GulfCoastAtty, you have my attention....let me know if/when local boatowners/waterfront property owners start a class action lawsuit, I at least want to see what it says and decide if that is something I would like to pursue.


----------



## PAWGhunter (Feb 3, 2010)

> *CCC (01/05/2010)*Guys, we use oil, gas and diesel in our trucks and our boats, we join groups that say "Drill here drill now" so we can save money on gas and stop our dependence on foreign countries for our oil. Now let there be one mistake and let's sue !!!!!!! Living on the coast we realize the potential for disaster from hurricanes, and now from oil spills, it is what it is. These oil companies take every precaution, the guys on them risk their lives to get us the product that we demand


Well put


----------



## FLYBOY (Oct 3, 2007)

> *PAWGhunter (01/05/2010)*
> 
> 
> > *CCC (01/05/2010)*Guys, we use oil, gas and diesel in our trucks and our boats, we join groups that say "Drill here drill now" so we can save money on gas and stop our dependence on foreign countries for our oil. Now let there be one mistake and let's sue !!!!!!! Living on the coast we realize the potential for disaster from hurricanes, and now from oil spills, it is what it is. These oil companies take every precaution, the guys on them risk their lives to get us the product that we demand
> ...


Do ya'll really think "THESE OIL COMPANIES TAKE EVERY PRECAUTION" are you serious? If that were the case we wouldn't be having this conversation....and that is my point, their NEGLIGENCE is having serious negative impacts on us and they MUST, let me repeat that, they MUST be held accountable! Do I use oil, hell yes I do and a lot of it and I am not ashamed of that, but what does that matter? Ya'll are saying that we are responsible for this because we use oil....that isinsane. Am I saying shut downdrilling, absolutely not,in fact I think we should drill more here, but we must do it safely.I am notsaying to stop off shore drilling, even in light of this disaster I think offshore drilling can be done safely, look at Norway and the North Sea. All I am saying is BP/Transocean/Halliburton must be held accountable....open up ya'lls eyes. I don't want to the sue the whole industry, just the people who were responsible for this.


----------



## finfever61 (Oct 5, 2007)

Do I think they take every precaution? Well it looks like their lives depend on being safe so I think yes compared to other industries. Do I think a corporation will cut corners, absolutely. We've had oil rigs out in the gulf for many years. We had one off ofPensacola in the late 80s that was 25 miles or so off shore and some of the stuff in the water around the rig was suspect at best. Hopefully this will not stop offshore drilling but hopefully it will bring about changes needed to ensure this will never happen again.


----------



## FLYBOY (Oct 3, 2007)

finfever, just because someone's life is on the line doesn't mean they won't take a shortcut believe me that statement is smply not true. And when the final investigation does come out, I will bet you that human error was at the very least a contributing factor, but that is not even the negligence I am talking about. I outlined the negligence I am talking about in my earlier post.


----------



## Diesel (Jan 9, 2008)

I like how when this stuff happens there is suddenly thousands of instant Google experts on the topic. There are countless reasons why the Blow out Preventer may have failed. Just one of which is that a tool or joint could have been blocking the shears from cutting the drill string and thus prevented the well from shutting in. Hopefully the answers will come out in due course. The point being accidents happen, and it is not always from negligence. I know for a FACT BP has one of the best and most intense safety cultures in the industry (no I do not work for them). If they thought that acoustic valves were the answer for a 100% fool-proof system I fully believe they would have been on the rig. There is an incredible amount of money involved in offshore exploration, acoustic valves would be chump change. I deal with equipment every day that someone in the military in an equivalent position can only dream about. This is a huge deal for them. Accidents are called accidents for a reason, sometimes despite our best efforts they still happen. The thing to do is learn from them so we can prevent them in the future. 

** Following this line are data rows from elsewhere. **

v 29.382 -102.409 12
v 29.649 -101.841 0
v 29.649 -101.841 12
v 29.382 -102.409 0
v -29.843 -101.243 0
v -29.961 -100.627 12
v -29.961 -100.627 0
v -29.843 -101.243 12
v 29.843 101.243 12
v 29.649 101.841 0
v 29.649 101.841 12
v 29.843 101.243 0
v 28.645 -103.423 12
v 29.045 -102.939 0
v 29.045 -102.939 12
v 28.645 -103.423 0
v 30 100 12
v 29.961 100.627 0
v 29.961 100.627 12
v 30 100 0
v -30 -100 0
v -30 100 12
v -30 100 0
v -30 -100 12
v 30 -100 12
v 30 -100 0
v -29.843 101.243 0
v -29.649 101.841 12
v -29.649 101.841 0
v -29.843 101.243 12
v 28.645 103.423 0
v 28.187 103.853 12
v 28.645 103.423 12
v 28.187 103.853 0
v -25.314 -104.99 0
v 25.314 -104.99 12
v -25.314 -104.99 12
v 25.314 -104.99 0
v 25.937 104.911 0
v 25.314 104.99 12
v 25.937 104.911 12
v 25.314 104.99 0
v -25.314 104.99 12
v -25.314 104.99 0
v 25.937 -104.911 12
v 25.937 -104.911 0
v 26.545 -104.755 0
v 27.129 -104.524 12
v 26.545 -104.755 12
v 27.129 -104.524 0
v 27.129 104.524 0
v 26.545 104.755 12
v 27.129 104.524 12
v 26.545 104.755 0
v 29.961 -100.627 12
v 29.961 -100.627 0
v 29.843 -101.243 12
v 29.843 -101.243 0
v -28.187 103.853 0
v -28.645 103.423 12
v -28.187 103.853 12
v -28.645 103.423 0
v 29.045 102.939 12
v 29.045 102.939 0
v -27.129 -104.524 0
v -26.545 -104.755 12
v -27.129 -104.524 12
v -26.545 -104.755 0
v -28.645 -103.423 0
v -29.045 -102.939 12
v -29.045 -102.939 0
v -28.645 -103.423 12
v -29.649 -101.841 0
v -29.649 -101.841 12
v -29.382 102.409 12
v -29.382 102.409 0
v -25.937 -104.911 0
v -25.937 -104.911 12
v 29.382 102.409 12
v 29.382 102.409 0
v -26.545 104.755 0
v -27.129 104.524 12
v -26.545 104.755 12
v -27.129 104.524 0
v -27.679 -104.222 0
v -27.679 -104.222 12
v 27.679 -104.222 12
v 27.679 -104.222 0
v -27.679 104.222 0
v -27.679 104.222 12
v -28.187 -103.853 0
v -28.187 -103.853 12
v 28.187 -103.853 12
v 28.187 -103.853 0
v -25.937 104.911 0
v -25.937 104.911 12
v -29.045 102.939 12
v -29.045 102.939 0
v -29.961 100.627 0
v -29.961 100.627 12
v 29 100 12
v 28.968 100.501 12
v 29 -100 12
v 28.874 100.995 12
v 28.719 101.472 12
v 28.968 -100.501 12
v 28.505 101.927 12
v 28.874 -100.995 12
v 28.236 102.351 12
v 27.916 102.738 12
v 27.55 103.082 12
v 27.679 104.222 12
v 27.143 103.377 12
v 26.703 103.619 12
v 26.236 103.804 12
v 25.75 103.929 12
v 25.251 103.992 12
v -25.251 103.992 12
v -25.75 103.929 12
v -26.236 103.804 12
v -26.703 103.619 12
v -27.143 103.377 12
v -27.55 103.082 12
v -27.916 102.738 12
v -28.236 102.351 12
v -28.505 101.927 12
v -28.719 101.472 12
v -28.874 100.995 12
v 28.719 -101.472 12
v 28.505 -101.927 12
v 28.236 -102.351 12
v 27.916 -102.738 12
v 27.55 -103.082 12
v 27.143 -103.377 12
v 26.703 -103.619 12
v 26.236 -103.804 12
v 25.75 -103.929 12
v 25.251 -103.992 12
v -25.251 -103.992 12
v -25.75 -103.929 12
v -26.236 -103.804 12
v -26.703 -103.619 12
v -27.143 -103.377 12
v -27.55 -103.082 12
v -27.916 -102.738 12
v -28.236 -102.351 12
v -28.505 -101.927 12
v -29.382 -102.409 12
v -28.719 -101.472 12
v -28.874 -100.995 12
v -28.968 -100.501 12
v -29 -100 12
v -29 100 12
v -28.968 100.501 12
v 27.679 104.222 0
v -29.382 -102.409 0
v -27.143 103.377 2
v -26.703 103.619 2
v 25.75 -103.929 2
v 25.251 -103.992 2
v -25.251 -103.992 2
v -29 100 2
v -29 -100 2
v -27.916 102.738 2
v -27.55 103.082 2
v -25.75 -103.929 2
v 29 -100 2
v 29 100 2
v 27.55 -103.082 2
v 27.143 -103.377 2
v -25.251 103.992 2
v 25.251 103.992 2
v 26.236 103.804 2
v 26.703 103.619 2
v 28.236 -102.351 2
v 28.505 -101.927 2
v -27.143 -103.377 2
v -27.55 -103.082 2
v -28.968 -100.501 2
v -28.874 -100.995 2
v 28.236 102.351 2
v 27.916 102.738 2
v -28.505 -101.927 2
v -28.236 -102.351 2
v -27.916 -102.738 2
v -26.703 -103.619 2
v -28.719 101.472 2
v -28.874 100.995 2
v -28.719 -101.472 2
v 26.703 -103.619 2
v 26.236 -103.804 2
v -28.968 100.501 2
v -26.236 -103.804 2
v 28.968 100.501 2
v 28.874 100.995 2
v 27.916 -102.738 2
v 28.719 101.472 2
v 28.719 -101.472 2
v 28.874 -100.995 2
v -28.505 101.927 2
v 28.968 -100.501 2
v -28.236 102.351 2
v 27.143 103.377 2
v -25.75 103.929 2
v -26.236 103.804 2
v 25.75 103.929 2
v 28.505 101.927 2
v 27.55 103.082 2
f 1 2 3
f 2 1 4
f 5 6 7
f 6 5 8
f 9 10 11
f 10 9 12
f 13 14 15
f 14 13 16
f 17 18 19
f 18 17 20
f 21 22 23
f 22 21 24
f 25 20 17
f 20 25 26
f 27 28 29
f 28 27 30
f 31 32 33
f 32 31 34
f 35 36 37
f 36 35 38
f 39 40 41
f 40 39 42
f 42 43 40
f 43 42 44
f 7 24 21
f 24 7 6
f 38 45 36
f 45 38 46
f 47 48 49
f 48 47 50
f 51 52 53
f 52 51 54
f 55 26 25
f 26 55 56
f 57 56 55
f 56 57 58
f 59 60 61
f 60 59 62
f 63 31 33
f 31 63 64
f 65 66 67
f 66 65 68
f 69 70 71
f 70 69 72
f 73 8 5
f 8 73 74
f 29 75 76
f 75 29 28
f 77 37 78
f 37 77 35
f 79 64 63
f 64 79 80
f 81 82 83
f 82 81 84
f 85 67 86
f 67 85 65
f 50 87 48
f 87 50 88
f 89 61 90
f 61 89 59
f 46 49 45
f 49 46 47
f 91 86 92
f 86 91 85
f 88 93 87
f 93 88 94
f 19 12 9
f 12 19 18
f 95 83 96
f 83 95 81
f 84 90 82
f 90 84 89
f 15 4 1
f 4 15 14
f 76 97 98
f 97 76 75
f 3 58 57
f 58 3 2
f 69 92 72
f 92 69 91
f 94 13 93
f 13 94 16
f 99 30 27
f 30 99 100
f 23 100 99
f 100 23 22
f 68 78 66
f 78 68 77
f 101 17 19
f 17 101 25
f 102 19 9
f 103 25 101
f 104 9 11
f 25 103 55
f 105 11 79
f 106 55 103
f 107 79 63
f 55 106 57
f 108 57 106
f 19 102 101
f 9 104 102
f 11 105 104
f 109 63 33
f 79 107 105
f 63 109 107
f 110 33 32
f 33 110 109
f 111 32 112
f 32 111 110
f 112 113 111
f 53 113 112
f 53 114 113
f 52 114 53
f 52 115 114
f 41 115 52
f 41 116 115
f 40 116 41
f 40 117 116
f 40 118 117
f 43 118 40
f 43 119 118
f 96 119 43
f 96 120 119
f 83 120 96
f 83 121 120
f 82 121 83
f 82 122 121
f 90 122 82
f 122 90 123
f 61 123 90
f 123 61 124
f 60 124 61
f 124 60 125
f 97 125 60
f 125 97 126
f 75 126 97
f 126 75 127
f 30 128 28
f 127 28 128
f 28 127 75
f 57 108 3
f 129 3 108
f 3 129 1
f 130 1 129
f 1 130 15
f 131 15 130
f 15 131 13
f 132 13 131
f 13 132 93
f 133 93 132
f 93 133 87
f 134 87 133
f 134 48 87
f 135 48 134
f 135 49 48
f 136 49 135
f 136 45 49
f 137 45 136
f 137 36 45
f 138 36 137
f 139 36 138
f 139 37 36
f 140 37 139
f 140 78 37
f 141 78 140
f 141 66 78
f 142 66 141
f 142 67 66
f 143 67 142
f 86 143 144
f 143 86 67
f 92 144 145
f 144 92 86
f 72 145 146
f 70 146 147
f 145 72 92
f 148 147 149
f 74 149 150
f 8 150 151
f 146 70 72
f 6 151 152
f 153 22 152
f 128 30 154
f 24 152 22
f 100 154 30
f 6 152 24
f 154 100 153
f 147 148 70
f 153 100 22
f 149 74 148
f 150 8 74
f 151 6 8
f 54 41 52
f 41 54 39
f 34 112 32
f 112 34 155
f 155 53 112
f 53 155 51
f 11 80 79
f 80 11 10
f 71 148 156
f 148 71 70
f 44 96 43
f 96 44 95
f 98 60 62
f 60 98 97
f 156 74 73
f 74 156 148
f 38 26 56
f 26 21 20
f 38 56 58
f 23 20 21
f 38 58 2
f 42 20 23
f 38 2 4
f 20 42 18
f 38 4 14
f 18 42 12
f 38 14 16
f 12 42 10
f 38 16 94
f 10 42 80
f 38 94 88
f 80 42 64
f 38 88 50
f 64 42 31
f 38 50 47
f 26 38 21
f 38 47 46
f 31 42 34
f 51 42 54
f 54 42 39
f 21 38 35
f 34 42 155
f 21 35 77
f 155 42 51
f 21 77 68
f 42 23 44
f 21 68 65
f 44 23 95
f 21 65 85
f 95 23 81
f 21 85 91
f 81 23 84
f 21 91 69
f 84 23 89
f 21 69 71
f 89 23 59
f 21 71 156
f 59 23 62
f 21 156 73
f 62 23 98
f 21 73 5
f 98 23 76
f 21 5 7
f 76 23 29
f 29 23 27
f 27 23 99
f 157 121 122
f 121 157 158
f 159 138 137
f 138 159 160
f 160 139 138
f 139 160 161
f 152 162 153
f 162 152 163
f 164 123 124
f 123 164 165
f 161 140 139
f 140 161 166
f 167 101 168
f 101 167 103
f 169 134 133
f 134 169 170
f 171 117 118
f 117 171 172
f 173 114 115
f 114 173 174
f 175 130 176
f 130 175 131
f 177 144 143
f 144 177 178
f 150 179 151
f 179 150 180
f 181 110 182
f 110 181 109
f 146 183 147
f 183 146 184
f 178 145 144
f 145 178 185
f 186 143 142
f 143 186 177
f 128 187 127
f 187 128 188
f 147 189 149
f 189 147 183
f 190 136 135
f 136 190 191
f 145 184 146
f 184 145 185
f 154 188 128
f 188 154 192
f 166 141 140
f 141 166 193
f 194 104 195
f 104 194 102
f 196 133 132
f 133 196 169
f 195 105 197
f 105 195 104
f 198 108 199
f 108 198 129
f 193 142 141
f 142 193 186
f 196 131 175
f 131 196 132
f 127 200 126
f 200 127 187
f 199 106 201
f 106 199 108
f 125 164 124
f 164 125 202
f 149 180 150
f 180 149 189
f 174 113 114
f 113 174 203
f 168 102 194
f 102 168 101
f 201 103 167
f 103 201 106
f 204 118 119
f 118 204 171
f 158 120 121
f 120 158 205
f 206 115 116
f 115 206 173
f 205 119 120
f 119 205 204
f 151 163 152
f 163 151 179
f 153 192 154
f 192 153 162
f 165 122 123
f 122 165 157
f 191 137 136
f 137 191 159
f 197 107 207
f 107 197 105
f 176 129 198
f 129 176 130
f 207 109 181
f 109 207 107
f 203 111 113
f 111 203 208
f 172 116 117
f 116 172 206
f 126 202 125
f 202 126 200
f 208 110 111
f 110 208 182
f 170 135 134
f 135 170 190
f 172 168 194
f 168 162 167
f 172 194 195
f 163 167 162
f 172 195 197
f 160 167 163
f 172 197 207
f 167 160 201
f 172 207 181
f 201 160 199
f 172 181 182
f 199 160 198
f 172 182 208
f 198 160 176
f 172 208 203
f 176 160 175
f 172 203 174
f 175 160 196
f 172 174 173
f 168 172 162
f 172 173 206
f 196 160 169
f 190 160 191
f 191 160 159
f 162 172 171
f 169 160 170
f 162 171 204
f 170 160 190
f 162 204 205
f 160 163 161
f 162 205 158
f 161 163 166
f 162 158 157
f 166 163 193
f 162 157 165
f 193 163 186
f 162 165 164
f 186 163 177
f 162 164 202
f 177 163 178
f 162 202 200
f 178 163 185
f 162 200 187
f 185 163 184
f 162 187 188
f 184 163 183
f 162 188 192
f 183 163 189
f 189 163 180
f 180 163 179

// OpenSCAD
$fn = 50;


difference() {
	union() {
		hull() {
			translate(v = [-25.0000000000, 100.0000000000, 0]) {
				cylinder(h = 12, r = 5);
			}
			translate(v = [25.0000000000, 100.0000000000, 0]) {
				cylinder(h = 12, r = 5);
			}
			translate(v = [-25.0000000000, -100.0000000000, 0]) {
				cylinder(h = 12, r = 5);
			}
			translate(v = [25.0000000000, -100.0000000000, 0]) {
				cylinder(h = 12, r = 5);
			}
		}
	}
	union() {
		translate(v = [0, 0, 2]) {
			hull() {
				translate(v = [-25.0000000000, 100.0000000000, 0]) {
					cylinder(h = 10, r = 4);
				}
				translate(v = [25.0000000000, 100.0000000000, 0]) {
					cylinder(h = 10, r = 4);
				}
				translate(v = [-25.0000000000, -100.0000000000, 0]) {
					cylinder(h = 10, r = 4);
				}
				translate(v = [25.0000000000, -100.0000000000, 0]) {
					cylinder(h = 10, r = 4);
				}
			}
		}
	}
}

The problem as I see it has been the response so far. I feel that the extent of the leak was not investigated well enough in the beginning or was deliberately concealed, and that I feel is a crime. When an incident like this occurs all available assets should be brought to bear until the situation is completely under control. The gradual ramping up of assets in this case has been a disgrace. This should have been treated like a worst case scenario until otherwise indicated.

As far as lawsuits go, have at it, as I guess it's your right. Everyone seems to think there is some mythical money tree, but the only people you are suing is the shareholders of the company (your friends and neighbors, the very same people actually reaping the huge profits everyone is b%*$#ing about). You really think oil companies will flinch at getting hit in the pocket book, what a joke; because oil companies are self-insured only to a point, and then it goes to insurance companies which have re-insurance companies which basically spreads the impact worldwide. None of which really matters anyway because ultimately they will just pass on any additional cost to the consumer, and it doesn't matter if you drive a car or not, Petroleum is used in almost EVERYTHING. Some people involved in this incident will need to sue to get proper restitution, but the majority will not. I like to think that most people would wait at least until the incident is over and see what BP is willing to do on the order of clean-up and restitution before filing a suit. 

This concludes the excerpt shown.